WORK REQUEST = Below are some records. Return exactly the lines from the one containing "#27=AXIS2_PLACEMENT_3D('',#24,#25,#26);" through the one containing "#74=CARTESIAN_POINT('',(36.957,0.,0.));", both included, and only those.

Stored items from a collection:
^^^^

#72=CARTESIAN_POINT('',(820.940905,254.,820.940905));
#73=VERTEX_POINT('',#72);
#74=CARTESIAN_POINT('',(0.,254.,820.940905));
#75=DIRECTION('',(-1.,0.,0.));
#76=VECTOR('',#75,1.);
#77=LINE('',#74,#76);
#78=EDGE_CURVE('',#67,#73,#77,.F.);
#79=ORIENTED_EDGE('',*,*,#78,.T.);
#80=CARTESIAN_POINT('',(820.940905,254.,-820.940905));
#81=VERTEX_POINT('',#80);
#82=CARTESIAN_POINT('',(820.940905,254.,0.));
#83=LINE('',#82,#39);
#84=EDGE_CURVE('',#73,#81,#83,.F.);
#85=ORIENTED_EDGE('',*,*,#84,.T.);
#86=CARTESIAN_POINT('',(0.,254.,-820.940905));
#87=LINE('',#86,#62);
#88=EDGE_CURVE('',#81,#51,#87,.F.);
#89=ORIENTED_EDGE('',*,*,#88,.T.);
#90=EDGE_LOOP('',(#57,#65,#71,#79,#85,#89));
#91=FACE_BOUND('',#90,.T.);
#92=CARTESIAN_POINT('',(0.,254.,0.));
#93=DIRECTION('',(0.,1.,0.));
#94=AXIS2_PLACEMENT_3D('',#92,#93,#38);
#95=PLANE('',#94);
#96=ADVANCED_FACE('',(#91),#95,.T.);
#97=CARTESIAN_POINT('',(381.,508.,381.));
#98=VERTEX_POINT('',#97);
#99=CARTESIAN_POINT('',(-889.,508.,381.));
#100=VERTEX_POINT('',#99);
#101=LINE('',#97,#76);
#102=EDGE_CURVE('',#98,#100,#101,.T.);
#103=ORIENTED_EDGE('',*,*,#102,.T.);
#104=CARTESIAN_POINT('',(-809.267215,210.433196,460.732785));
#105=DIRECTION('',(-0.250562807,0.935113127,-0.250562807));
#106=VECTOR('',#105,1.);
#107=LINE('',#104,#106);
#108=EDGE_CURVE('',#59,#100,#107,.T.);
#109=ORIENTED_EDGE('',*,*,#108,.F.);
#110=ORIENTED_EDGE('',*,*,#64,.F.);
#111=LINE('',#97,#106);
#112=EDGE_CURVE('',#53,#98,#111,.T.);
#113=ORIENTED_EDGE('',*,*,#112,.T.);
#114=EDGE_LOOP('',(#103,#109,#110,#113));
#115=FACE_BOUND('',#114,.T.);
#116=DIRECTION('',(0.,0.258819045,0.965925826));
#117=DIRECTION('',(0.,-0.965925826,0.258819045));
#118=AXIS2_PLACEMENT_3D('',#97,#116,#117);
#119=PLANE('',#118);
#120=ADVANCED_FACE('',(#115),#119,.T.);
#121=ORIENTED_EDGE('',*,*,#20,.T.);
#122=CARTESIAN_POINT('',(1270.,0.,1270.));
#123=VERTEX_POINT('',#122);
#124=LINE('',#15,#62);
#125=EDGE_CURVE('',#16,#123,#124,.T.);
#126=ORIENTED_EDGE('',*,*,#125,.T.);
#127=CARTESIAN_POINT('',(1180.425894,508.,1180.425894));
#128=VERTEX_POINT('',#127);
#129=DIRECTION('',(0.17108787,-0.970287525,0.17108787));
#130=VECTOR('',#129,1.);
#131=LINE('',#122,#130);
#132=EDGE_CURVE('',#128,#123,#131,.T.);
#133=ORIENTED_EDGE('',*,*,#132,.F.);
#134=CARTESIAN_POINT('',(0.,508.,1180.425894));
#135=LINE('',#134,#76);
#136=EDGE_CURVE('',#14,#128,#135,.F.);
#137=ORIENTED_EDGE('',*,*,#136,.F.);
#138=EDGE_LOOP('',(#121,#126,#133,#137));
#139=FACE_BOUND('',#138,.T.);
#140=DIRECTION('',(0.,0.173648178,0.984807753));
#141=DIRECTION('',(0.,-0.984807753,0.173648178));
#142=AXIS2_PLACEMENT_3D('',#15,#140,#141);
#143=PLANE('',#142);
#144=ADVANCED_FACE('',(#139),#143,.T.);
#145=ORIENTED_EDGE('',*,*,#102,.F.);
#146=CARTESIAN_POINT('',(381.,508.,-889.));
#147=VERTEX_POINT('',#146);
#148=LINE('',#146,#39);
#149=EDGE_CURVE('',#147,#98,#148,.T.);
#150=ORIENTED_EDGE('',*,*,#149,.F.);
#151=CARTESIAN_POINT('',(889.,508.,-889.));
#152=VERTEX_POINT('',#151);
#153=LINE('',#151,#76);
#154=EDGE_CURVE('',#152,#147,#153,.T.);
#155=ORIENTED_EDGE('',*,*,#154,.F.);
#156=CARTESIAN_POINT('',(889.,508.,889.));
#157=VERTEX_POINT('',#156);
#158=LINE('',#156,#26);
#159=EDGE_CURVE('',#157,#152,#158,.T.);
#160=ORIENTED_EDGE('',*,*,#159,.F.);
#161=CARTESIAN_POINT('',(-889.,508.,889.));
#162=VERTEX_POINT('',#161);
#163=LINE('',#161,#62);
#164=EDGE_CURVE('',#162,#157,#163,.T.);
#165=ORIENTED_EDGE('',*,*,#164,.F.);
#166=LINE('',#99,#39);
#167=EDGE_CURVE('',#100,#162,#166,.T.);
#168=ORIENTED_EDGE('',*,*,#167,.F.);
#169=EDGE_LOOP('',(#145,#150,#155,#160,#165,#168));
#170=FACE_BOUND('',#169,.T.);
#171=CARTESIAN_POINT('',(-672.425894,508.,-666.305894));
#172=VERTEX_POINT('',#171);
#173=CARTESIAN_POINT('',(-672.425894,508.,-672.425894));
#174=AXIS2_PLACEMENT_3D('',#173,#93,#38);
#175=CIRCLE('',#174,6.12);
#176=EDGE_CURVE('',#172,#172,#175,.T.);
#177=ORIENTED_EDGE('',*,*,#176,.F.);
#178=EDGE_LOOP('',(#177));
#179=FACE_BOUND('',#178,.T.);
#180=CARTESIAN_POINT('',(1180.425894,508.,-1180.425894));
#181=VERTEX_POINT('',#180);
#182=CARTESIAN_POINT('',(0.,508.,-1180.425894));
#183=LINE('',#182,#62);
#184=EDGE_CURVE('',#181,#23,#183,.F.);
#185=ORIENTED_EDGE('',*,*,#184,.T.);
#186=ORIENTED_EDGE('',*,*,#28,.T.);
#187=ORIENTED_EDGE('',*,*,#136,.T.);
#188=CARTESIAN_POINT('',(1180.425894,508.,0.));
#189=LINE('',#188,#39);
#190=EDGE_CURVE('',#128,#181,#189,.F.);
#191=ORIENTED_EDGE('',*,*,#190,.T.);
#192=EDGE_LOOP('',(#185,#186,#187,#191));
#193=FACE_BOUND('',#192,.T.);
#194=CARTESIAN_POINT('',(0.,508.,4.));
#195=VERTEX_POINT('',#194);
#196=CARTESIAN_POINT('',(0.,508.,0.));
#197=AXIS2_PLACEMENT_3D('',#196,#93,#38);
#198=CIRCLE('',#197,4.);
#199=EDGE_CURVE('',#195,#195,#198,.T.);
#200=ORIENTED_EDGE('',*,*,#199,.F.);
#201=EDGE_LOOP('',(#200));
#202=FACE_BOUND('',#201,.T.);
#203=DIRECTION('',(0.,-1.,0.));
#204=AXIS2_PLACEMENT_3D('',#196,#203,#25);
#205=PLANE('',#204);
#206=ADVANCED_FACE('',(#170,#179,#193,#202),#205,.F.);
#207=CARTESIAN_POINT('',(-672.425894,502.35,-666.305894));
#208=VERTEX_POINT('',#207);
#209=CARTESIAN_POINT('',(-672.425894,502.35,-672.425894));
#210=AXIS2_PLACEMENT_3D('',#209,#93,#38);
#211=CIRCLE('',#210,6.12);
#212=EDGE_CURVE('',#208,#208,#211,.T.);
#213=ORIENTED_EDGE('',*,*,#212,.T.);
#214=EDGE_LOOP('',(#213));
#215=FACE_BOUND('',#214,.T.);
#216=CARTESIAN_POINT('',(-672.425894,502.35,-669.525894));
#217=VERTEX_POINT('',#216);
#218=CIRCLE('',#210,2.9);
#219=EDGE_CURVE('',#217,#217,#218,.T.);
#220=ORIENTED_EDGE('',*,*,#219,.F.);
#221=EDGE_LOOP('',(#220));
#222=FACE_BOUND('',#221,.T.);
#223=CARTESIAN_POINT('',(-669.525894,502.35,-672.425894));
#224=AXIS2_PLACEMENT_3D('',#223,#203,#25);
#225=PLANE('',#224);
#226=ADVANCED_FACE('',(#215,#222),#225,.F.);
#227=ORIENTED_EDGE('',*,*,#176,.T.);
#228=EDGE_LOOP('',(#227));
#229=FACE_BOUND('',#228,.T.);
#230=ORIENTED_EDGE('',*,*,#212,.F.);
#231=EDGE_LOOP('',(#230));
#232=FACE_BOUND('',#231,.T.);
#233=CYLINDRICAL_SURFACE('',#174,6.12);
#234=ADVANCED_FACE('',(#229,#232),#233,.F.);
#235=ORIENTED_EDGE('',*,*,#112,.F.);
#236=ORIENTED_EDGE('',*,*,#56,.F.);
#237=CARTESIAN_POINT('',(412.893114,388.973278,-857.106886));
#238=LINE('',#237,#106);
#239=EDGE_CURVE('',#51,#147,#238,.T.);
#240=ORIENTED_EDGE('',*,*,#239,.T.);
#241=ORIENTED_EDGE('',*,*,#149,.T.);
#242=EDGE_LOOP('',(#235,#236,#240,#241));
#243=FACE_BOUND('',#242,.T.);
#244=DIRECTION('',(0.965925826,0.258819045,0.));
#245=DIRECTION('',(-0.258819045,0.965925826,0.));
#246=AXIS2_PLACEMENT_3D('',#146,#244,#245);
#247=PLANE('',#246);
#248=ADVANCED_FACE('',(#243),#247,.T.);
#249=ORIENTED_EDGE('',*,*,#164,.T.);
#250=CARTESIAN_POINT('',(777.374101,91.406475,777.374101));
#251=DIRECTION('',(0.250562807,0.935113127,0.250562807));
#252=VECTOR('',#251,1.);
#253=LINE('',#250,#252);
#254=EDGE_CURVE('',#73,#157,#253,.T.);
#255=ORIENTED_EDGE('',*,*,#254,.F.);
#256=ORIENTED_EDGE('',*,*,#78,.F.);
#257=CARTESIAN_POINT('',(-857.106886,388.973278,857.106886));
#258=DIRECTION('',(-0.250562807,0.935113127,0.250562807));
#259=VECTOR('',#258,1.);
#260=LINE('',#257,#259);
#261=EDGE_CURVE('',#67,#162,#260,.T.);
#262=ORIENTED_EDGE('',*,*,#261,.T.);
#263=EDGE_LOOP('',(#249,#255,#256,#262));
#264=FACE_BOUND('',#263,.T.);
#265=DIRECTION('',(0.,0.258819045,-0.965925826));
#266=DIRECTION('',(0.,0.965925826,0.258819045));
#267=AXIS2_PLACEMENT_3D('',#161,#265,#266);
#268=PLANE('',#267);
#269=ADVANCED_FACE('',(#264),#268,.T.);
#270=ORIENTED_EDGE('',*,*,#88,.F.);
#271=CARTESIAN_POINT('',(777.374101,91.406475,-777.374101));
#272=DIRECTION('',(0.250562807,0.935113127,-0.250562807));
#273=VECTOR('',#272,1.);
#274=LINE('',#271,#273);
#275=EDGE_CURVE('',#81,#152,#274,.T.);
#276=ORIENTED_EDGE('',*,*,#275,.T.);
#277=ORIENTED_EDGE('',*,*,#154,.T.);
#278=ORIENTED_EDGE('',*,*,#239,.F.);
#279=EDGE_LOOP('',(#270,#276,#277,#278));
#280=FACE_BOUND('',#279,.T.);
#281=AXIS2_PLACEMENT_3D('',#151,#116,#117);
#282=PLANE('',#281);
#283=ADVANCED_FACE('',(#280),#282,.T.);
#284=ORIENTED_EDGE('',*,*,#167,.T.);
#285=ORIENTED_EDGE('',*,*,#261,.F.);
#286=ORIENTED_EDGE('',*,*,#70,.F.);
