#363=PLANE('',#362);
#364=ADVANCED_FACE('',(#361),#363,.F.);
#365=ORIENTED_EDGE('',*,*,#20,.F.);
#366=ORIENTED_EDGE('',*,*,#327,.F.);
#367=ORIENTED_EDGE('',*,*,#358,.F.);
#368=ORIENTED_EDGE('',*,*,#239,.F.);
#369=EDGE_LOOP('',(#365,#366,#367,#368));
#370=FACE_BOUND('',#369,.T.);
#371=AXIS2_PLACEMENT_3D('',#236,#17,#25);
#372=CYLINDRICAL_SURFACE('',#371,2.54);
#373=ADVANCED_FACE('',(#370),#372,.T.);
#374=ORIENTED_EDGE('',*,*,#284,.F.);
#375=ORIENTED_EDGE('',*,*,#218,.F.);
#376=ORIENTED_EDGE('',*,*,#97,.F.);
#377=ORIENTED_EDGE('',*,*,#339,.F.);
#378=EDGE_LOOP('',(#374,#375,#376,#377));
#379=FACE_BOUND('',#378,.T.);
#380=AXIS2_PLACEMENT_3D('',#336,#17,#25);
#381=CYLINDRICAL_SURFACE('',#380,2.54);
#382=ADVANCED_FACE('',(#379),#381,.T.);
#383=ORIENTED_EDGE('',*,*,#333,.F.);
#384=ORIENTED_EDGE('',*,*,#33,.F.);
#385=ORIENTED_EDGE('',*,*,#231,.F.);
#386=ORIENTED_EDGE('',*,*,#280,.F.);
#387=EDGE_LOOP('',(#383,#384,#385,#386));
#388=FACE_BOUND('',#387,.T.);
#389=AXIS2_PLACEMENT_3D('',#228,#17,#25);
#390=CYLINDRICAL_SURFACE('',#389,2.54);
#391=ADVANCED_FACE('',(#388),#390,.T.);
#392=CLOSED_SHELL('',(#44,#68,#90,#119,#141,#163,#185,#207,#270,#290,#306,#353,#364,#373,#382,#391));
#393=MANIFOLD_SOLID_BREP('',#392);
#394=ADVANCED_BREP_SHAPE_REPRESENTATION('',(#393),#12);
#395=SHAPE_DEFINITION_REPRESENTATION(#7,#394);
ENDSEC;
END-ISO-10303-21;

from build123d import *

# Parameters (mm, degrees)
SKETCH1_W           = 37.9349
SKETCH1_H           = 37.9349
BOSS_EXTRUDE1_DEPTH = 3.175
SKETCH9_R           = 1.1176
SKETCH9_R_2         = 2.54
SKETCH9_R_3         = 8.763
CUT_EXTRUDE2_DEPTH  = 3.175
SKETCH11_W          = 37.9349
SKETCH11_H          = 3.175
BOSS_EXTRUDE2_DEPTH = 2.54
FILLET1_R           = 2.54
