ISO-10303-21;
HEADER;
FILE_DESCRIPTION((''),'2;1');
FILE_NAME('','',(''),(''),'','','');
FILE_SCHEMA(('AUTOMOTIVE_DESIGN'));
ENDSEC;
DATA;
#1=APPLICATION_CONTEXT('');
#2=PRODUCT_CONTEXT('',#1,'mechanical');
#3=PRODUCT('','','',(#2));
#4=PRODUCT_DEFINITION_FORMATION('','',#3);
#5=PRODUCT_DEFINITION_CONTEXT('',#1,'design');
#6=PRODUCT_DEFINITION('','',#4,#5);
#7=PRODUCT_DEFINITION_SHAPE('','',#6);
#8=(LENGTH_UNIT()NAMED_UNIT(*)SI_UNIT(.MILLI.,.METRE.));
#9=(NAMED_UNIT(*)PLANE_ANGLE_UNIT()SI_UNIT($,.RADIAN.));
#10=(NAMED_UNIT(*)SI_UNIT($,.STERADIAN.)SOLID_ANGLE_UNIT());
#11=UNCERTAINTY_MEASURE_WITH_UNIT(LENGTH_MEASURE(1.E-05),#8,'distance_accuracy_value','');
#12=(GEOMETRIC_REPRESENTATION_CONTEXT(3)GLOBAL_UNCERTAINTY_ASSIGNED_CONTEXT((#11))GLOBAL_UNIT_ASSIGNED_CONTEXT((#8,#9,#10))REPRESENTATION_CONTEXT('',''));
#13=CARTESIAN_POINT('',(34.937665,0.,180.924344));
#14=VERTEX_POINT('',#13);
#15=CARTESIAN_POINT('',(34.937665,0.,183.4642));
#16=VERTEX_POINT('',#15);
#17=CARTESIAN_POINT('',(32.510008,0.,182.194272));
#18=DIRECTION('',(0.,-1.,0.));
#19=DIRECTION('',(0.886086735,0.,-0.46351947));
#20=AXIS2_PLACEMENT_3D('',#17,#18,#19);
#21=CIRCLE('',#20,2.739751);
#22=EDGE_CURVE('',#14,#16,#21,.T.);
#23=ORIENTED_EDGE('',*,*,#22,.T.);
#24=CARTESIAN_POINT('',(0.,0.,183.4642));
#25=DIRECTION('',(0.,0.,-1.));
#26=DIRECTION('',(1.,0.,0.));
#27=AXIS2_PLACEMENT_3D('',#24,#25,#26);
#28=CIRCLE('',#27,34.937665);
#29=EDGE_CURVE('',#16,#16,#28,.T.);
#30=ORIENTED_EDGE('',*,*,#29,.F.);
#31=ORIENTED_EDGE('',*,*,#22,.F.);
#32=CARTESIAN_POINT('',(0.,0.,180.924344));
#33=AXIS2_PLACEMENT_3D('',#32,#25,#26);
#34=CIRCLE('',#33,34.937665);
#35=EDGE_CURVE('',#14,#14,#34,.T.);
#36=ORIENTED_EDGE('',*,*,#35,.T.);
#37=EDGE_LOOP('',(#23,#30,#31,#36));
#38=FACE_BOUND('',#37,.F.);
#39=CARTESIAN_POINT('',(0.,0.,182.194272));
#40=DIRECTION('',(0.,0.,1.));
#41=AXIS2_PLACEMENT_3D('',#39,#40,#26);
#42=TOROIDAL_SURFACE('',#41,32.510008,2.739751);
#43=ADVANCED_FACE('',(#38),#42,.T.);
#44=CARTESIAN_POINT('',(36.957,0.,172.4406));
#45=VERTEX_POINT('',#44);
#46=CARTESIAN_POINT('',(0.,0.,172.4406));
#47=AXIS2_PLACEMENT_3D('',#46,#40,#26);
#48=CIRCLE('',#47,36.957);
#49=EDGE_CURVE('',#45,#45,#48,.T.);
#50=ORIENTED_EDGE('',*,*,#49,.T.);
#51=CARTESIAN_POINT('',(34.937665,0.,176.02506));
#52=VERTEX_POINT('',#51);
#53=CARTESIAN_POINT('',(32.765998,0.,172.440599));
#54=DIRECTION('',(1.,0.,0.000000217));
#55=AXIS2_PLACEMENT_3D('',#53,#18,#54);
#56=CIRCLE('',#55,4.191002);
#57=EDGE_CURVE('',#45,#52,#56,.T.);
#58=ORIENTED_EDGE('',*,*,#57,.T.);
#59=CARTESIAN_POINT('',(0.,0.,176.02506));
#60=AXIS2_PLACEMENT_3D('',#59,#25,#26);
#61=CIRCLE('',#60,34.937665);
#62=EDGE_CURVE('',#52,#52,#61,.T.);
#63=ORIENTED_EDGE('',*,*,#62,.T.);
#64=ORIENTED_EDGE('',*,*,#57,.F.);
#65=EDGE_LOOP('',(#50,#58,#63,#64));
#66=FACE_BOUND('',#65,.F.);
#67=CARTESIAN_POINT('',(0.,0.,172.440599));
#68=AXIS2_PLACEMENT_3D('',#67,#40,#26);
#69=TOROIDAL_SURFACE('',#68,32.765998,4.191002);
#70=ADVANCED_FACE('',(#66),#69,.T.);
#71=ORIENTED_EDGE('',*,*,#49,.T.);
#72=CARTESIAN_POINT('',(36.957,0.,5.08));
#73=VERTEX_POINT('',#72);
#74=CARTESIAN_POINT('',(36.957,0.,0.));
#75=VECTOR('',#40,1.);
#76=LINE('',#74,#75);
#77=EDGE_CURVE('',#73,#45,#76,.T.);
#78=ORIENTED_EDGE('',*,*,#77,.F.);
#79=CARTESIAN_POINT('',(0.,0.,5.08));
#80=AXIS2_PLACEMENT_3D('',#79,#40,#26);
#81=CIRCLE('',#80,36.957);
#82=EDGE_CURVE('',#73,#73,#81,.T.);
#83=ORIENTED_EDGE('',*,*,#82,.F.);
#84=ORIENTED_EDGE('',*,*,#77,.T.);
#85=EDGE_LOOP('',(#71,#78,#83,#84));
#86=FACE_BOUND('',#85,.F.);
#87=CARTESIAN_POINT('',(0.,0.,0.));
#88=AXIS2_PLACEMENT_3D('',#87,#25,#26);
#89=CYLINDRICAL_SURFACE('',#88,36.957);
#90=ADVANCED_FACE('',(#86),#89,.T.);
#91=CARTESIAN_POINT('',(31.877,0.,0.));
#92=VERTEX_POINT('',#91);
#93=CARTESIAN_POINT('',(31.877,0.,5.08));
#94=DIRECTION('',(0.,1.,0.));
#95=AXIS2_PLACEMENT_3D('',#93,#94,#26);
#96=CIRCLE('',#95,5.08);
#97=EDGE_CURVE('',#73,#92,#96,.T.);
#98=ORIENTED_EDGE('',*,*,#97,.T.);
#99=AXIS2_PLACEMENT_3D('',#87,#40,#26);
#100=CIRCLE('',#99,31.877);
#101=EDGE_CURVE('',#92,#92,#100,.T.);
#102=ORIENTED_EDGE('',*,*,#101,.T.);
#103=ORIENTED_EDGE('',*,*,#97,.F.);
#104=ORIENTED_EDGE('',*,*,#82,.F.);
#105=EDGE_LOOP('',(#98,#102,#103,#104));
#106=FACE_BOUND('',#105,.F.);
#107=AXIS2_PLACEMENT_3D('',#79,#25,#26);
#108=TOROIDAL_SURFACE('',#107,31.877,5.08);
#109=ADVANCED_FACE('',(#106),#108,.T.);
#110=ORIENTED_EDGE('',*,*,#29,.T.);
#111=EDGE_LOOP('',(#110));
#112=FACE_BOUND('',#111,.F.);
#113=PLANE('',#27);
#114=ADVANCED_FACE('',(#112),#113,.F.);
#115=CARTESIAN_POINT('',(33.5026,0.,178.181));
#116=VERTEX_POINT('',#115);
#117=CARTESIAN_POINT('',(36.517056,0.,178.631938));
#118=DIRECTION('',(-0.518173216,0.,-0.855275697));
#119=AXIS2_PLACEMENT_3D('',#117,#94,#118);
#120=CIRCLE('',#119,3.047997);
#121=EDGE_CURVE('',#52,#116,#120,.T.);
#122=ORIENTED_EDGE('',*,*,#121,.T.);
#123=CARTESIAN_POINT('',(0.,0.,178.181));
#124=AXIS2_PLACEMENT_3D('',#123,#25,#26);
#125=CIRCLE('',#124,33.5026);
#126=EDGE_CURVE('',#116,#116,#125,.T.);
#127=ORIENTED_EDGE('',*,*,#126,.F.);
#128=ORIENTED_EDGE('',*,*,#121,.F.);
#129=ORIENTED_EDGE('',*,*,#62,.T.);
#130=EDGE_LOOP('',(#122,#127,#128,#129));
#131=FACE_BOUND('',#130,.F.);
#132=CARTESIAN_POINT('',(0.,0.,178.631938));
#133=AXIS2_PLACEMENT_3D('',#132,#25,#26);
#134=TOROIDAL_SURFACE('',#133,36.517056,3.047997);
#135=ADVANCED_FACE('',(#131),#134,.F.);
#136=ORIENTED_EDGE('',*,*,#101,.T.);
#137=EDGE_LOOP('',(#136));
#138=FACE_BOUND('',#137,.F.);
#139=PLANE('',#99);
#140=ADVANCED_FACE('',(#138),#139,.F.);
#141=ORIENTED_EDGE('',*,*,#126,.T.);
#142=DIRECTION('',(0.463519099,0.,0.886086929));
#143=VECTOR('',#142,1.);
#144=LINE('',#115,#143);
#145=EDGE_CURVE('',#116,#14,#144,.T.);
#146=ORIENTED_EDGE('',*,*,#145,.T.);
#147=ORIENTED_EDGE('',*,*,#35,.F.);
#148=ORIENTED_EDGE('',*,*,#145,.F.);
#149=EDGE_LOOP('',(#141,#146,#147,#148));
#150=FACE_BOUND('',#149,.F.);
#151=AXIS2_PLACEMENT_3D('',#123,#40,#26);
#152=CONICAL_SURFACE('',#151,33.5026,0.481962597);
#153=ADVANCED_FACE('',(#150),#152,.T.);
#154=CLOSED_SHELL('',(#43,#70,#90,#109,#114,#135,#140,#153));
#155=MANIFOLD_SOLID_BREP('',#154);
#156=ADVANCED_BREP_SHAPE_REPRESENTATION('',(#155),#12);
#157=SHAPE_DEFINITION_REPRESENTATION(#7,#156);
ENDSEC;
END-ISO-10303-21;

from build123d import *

# Parameters (mm, degrees)
F0_R     = 36.957
F1_DEPTH = 172.4406
F4_R     = 5.08


with BuildPart() as f1:
    # F0 (on Top) → F1 (new body)
    with BuildSketch(Plane.XY):
        Circle(F0_R)
    extrude(amount=F1_DEPTH)

    # F2 (on Front) → F3 (revolve)
    with BuildSketch(Plane.XZ):
        with BuildLine():
            Line((0, 172.4406), (36.957, 172.4406))
            ThreePointArc((36.957, 172.4406), (36.417433, 174.497665), (34.937665, 176.02506))
            ThreePointArc((34.937665, 176.02506), (33.979759, 176.943029), (33.5026, 178.181))
            Line((33.5026, 178.181), (34.937665, 180.924344))
            ThreePointArc((34.937665, 180.924344), (35.249759, 182.194272), (34.937665, 183.4642))
            Line((34.937665, 183.4642), (0, 183.4642))
            Line((0, 183.4642), (0, 172.4406))
        make_face()
    revolve(axis=Axis((0, 0, 177.9524), (0, 0, -1)))

    # F4
    f4_edges = [f1.edges().sort_by_distance(p)[0] for p in [
        (-36.957, 0, 0),
    ]]
    fillet(f4_edges, radius=F4_R)


solid = f1.part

^^^^

RESPONSE AREA =
#27=AXIS2_PLACEMENT_3D('',#24,#25,#26);
#28=CIRCLE('',#27,34.937665);
#29=EDGE_CURVE('',#16,#16,#28,.T.);
#30=ORIENTED_EDGE('',*,*,#29,.F.);
#31=ORIENTED_EDGE('',*,*,#22,.F.);
#32=CARTESIAN_POINT('',(0.,0.,180.924344));
#33=AXIS2_PLACEMENT_3D('',#32,#25,#26);
#34=CIRCLE('',#33,34.937665);
#35=EDGE_CURVE('',#14,#14,#34,.T.);
#36=ORIENTED_EDGE('',*,*,#35,.T.);
#37=EDGE_LOOP('',(#23,#30,#31,#36));
#38=FACE_BOUND('',#37,.F.);
#39=CARTESIAN_POINT('',(0.,0.,182.194272));
#40=DIRECTION('',(0.,0.,1.));
#41=AXIS2_PLACEMENT_3D('',#39,#40,#26);
#42=TOROIDAL_SURFACE('',#41,32.510008,2.739751);
#43=ADVANCED_FACE('',(#38),#42,.T.);
#44=CARTESIAN_POINT('',(36.957,0.,172.4406));
#45=VERTEX_POINT('',#44);
#46=CARTESIAN_POINT('',(0.,0.,172.4406));
#47=AXIS2_PLACEMENT_3D('',#46,#40,#26);
#48=CIRCLE('',#47,36.957);
#49=EDGE_CURVE('',#45,#45,#48,.T.);
#50=ORIENTED_EDGE('',*,*,#49,.T.);
#51=CARTESIAN_POINT('',(34.937665,0.,176.02506));
#52=VERTEX_POINT('',#51);
#53=CARTESIAN_POINT('',(32.765998,0.,172.440599));
#54=DIRECTION('',(1.,0.,0.000000217));
#55=AXIS2_PLACEMENT_3D('',#53,#18,#54);
#56=CIRCLE('',#55,4.191002);
#57=EDGE_CURVE('',#45,#52,#56,.T.);
#58=ORIENTED_EDGE('',*,*,#57,.T.);
#59=CARTESIAN_POINT('',(0.,0.,176.02506));
#60=AXIS2_PLACEMENT_3D('',#59,#25,#26);
#61=CIRCLE('',#60,34.937665);
#62=EDGE_CURVE('',#52,#52,#61,.T.);
#63=ORIENTED_EDGE('',*,*,#62,.T.);
#64=ORIENTED_EDGE('',*,*,#57,.F.);
#65=EDGE_LOOP('',(#50,#58,#63,#64));
#66=FACE_BOUND('',#65,.F.);
#67=CARTESIAN_POINT('',(0.,0.,172.440599));
#68=AXIS2_PLACEMENT_3D('',#67,#40,#26);
#69=TOROIDAL_SURFACE('',#68,32.765998,4.191002);
#70=ADVANCED_FACE('',(#66),#69,.T.);
#71=ORIENTED_EDGE('',*,*,#49,.T.);
#72=CARTESIAN_POINT('',(36.957,0.,5.08));
#73=VERTEX_POINT('',#72);
#74=CARTESIAN_POINT('',(36.957,0.,0.));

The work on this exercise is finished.